Actually there are not short and long vowels in Russian. All vowels in Russian are short.

----------


## georgegll

so just learn all the words. thats it? but wouldnt this affect my pronunciation?
my friend from uzbekistan can help me with pronunciation. should i just keep learning new words then have him correct me on the pronunciation of them?
thanks in advance for your help.  ::

----------


## chaika

Like English spelling, Russian stress is pretty erratic. You will find some basic types. Namely: 
stress fixed on the same syllable throughout all conjugational forms.
A. fixed on a stem syllable
B. fixed on the ending (desinence)
Among the others there are some patterns, but lots of exceptions. Short neuter nouns, for example, will often have stem stress in the singular and desinence stress in the plural. окно is an example of this. 
Lots of old fem. words show the pattern of desinence stress in the singular EXCEPT for the accusative, and then some bouncing around in the plural forms. рука is an example of this. 
I'd say in general the more syllables a word has, the more likely is it to have fixed stress. No stress moving around in достопримечáтельность. =:^) 
The best thing to do if you are in the mood for it and after you have had a year or two of Russian with a person who speaks it, not just you yourself, is to get a pronouncing dictionary like *Русское литературное произношение и ударение; словарь-справочник*, под ред.

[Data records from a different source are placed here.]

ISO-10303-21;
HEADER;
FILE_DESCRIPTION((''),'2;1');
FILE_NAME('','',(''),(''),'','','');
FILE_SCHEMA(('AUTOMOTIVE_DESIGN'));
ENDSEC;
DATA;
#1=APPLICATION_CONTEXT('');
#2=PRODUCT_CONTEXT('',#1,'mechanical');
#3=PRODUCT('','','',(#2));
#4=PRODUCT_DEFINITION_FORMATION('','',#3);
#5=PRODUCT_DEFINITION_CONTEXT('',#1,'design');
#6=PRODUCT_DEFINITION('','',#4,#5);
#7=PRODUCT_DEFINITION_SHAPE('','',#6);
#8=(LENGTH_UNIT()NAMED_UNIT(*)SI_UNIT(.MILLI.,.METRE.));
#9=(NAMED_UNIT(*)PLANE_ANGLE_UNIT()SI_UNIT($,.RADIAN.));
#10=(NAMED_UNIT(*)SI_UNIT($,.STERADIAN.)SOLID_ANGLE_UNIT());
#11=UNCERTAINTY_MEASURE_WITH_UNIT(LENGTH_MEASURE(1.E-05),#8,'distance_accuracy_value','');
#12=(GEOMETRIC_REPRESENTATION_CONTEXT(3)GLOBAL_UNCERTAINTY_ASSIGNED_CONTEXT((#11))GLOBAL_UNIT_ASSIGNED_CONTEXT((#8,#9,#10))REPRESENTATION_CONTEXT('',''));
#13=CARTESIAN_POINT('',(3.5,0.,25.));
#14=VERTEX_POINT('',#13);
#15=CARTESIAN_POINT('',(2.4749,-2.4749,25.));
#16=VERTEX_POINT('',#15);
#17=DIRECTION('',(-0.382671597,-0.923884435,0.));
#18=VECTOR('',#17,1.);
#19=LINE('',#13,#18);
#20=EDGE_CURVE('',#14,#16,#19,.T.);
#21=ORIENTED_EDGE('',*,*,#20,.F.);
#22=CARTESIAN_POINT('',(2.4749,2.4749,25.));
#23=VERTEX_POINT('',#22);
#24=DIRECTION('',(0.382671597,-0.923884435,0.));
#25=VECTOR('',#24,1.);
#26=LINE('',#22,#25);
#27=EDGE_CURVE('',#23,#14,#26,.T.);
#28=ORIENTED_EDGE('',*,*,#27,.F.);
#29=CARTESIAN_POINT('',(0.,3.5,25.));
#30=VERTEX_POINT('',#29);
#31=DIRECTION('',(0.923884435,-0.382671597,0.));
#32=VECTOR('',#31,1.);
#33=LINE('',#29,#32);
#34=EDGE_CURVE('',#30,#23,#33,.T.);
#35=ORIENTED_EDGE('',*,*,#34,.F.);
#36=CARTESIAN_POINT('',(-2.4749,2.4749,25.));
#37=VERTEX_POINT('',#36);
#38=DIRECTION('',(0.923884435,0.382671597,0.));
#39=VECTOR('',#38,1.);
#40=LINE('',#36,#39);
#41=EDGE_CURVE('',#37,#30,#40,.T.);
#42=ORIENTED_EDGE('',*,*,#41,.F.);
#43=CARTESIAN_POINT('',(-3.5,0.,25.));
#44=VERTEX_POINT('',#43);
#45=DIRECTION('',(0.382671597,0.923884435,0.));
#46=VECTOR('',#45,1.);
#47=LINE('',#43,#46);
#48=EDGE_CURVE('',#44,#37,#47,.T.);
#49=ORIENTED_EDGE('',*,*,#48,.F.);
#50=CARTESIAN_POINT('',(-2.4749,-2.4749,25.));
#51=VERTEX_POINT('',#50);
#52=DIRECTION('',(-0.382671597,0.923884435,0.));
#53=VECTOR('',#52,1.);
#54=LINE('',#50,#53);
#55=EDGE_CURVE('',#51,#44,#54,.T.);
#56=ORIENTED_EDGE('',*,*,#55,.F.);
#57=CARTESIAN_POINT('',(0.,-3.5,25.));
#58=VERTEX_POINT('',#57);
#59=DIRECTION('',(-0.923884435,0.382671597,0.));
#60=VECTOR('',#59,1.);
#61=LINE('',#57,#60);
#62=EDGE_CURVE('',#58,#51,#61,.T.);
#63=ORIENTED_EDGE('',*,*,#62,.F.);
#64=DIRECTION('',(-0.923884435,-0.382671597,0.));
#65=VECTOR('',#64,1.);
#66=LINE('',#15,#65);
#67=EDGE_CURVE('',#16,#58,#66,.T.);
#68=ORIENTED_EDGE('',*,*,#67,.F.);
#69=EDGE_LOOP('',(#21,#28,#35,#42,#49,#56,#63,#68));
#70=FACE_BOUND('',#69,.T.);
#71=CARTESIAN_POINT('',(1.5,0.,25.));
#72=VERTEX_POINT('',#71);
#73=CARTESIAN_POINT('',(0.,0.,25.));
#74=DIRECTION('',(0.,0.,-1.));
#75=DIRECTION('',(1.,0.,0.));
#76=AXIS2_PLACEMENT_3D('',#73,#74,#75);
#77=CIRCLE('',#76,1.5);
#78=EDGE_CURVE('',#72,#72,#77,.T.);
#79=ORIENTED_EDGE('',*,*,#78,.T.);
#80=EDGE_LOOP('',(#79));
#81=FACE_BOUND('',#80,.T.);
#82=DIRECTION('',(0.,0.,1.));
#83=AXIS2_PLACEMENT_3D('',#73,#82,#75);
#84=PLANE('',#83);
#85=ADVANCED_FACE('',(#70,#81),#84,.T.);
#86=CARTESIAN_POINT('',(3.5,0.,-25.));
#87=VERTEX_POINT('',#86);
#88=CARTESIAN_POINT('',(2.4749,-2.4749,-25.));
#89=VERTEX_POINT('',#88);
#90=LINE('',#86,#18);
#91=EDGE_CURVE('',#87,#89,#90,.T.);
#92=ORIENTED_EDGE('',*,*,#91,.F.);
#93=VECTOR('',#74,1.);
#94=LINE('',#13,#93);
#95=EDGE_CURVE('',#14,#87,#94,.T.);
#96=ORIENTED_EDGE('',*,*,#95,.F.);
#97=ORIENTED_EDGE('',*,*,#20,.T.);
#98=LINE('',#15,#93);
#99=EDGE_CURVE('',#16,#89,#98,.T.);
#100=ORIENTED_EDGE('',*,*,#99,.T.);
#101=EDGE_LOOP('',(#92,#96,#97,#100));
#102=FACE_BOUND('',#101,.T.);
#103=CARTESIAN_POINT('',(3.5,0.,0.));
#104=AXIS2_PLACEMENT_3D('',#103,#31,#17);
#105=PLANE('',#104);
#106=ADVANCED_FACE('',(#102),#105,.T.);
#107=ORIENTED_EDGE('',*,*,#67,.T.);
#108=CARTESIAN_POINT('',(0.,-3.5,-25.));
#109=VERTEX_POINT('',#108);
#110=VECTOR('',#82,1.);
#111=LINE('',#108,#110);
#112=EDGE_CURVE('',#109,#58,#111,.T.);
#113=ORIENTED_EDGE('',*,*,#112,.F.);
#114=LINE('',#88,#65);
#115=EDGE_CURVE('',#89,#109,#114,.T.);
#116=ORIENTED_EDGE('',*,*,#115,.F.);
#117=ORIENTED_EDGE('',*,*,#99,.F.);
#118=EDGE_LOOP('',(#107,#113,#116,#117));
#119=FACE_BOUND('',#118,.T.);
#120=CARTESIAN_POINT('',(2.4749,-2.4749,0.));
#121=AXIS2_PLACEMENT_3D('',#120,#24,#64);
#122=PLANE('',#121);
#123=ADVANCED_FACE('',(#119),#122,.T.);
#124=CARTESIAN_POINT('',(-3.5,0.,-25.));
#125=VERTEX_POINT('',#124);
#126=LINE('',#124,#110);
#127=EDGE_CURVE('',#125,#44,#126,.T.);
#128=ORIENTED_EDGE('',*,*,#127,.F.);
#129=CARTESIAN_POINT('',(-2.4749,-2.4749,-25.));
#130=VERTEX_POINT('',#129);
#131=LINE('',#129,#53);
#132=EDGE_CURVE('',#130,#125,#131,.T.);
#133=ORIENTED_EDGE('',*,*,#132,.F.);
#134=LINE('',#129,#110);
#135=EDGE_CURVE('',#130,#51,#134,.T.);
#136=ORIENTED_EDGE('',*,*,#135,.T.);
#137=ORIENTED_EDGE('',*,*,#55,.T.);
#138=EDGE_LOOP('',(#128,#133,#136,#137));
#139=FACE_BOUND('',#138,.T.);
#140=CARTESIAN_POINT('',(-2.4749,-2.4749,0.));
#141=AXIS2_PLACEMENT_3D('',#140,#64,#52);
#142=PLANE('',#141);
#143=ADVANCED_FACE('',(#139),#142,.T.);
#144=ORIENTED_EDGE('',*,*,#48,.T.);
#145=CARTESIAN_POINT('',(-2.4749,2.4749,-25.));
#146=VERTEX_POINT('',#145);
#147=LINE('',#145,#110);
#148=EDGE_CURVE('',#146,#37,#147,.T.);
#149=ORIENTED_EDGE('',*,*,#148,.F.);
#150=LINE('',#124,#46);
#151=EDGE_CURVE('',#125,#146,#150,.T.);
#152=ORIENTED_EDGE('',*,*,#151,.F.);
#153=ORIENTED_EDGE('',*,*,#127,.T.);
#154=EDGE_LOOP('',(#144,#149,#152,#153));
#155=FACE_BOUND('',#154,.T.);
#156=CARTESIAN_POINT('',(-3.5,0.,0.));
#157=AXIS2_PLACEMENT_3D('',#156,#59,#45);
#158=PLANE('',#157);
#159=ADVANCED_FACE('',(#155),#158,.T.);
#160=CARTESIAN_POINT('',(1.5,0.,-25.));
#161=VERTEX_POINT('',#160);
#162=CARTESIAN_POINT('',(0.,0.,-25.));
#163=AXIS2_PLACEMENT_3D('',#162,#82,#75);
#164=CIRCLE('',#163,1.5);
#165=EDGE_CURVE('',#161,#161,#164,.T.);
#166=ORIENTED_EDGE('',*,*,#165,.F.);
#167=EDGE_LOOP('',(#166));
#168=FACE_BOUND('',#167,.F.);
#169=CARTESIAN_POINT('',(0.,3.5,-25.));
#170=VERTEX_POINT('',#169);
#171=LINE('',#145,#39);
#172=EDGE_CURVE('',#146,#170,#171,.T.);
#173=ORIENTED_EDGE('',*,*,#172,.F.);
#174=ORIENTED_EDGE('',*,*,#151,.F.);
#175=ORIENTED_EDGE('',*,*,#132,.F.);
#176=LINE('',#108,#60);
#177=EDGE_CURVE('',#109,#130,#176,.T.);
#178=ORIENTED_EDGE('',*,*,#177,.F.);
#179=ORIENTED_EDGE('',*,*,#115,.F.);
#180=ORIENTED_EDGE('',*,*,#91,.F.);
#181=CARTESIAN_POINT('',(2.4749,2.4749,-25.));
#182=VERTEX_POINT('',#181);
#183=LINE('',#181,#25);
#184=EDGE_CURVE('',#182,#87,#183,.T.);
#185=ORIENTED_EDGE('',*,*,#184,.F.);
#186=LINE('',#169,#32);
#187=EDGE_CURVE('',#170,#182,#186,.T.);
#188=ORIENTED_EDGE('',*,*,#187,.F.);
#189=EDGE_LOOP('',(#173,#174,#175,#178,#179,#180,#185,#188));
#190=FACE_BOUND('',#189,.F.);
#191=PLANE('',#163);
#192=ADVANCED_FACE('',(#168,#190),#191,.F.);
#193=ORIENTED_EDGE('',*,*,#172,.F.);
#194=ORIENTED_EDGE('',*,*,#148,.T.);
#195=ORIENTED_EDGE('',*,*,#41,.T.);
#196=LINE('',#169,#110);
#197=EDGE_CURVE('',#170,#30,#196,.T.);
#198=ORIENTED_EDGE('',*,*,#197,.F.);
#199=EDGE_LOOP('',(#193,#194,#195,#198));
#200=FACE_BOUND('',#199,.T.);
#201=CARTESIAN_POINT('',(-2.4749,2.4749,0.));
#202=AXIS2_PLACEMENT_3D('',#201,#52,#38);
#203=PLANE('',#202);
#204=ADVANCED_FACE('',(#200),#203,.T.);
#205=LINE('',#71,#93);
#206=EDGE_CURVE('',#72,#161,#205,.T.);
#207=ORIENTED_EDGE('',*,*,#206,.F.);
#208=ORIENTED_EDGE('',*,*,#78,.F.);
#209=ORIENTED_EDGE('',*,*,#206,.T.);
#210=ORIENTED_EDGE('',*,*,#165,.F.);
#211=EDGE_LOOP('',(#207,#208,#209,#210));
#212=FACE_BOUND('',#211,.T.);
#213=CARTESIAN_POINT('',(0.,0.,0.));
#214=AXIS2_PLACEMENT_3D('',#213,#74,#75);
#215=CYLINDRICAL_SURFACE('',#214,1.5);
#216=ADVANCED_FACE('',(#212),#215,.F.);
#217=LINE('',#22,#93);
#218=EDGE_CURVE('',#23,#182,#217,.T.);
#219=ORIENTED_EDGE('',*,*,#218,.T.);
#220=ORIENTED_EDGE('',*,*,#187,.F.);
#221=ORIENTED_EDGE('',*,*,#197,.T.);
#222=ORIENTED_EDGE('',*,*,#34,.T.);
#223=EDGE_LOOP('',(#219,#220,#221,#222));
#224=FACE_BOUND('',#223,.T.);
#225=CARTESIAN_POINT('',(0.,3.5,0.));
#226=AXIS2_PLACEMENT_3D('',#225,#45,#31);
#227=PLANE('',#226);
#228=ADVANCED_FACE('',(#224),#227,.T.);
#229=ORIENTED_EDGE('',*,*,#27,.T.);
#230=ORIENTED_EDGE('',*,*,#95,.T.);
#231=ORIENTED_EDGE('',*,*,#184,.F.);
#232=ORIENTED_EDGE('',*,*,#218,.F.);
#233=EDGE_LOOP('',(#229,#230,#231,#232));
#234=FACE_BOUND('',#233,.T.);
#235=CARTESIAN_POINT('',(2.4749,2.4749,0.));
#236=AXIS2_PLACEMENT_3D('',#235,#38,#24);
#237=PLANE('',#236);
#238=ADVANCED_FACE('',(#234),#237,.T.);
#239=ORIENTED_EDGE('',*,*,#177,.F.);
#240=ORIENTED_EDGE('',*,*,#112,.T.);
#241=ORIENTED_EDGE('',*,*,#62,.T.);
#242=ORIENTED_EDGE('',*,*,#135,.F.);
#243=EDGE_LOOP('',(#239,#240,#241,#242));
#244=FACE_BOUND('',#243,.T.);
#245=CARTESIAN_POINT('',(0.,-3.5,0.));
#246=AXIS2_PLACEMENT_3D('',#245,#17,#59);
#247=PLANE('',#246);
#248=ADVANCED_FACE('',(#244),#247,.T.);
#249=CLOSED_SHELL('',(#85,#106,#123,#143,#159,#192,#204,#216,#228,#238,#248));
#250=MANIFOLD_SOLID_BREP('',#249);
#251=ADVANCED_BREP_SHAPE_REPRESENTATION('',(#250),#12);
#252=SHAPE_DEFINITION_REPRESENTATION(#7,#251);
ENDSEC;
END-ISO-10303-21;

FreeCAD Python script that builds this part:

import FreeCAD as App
import Part
import Sketcher

V = App.Vector
Q = App.Units.Quantity


def add_polygon(sketch, points):
    """Adds a closed chain of lines whose ends are joined by coincident constraints."""
    first, n = sketch.GeometryCount, len(points)
    for a, b in zip(points, points[1:] + points[:1]):
        sketch.addGeometry(Part.LineSegment(App.Vector(*a, 0), App.Vector(*b, 0)), False)
    for i in range(n):
        sketch.addConstraint(Sketcher.Constraint("Coincident", first + i, 2, first + (i + 1) % n, 1))

doc = App.newDocument("Part")
body = doc.addObject("PartDesign::Body", "Body")

# Sketch on XY plane
sketch1 = doc.addObject("Sketcher::SketchObject", "Sketch")
body.addObject(sketch1)
sketch1.AttachmentSupport = (doc.XY_Plane, [""])
sketch1.MapMode = "FlatFace"
add_polygon(sketch1, [(2.5, 2.5), (0, 3.5), (-2.5, 2.5), (-3.5, 0), (-2.5, -2.5), (0, -3.5), (2.5, -2.5), (3.5, 0)])  # lines 0-7
sketch1.addGeometry(Part.Circle(V(0, 0, 0), V(0, 0, 1), 1.5), False)  # 8
sketch1.addConstraint(Sketcher.Constraint("Coincident", 8, 3, -1, 1))
sketch1.addConstraint(Sketcher.Constraint("Symmetric", 0, 2, 4, 2, -1, 1))
sketch1.addConstraint(Sketcher.Constraint("Symmetric", 1, 2, 5, 2, -1, 1))
sketch1.addConstraint(Sketcher.Constraint("Symmetric", 2, 2, 6, 2, -1, 1))
sketch1.addConstraint(Sketcher.Constraint("Symmetric", 3, 2, 7, 2, -1, 1))
sketch1.addConstraint(Sketcher.Constraint("Symmetric", 3, 2, 5, 2, -2))
sketch1.addConstraint(Sketcher.Constraint("PointOnObject", 0, 2, -2))
sketch1.addConstraint(Sketcher.Constraint("PointOnObject", 2, 2, -1))
sketch1.addConstraint(Sketcher.Constraint("Perpendicular", 0, 2))
sketch1.addConstraint(Sketcher.Constraint("Equal", 1, 2))
sketch1.addConstraint(Sketcher.Constraint("Diameter", 8, 3.0))
sketch1.addConstraint(Sketcher.Constraint("Angle", 0, Q("157.5007 deg")))
sketch1.addConstraint(Sketcher.Constraint("DistanceY", 4, 2, 0, 2, 7.0))
pad1 = doc.addObject("PartDesign::Pad", "Pad")
body.addObject(pad1)
pad1.Profile = sketch1
pad1.Length = 50
pad1.Midplane = True

doc.recompute()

Р.И. Аванесова и С.И. Ожегова. There you will learn things like the masc. sg. past tense родился has the stress on the я (it is the only such verb)! Probably not any more, but my Russian studies were back in the 1960s. 
Russian and the other two East Slavic languages do not have any meaningful syllabic length. O-o-оля, памагиииите! 
GO-bama!!

----------


## paulb

From one student to another, a few tips: 
1 Most student oriented literature (text books, dual language editions) will have stresses marked for you. Practice reading them out loud. As I'm sure you have already noticed, vowel stress makes a huge difference in pronunciation. 
2 As you learn vocabulary, be sure to learn which syllable is stressed, at least in the basic dictionary form (infinitive, masculine singular) 
3 Don't stress yourself out too much. If you are speaking Russian and giving it your best effort, people will happily assist you. Don't be afraid to sound foolish. You'll learn well by making mistakes. 
4 I almost forgot to mention that the Vocabulearn audio tapes/CDs are a great way to learn vocab and you'll get to listen to a native speaker. Good if you can play it while driving around. And they are cheap if you can find them used.

----------


## belka

> Short neuter nouns, for example, will often have stem stress in the singular and desinence stress in the plural. окно is an example of this.

 Confused now... I thought it was окн*о* in the singular?

----------


## chaika

Sorry for the confusion. I was too focused on the singular/plural. The correct example here is поле, with stem stress in sg. and des. stress in pl.

----------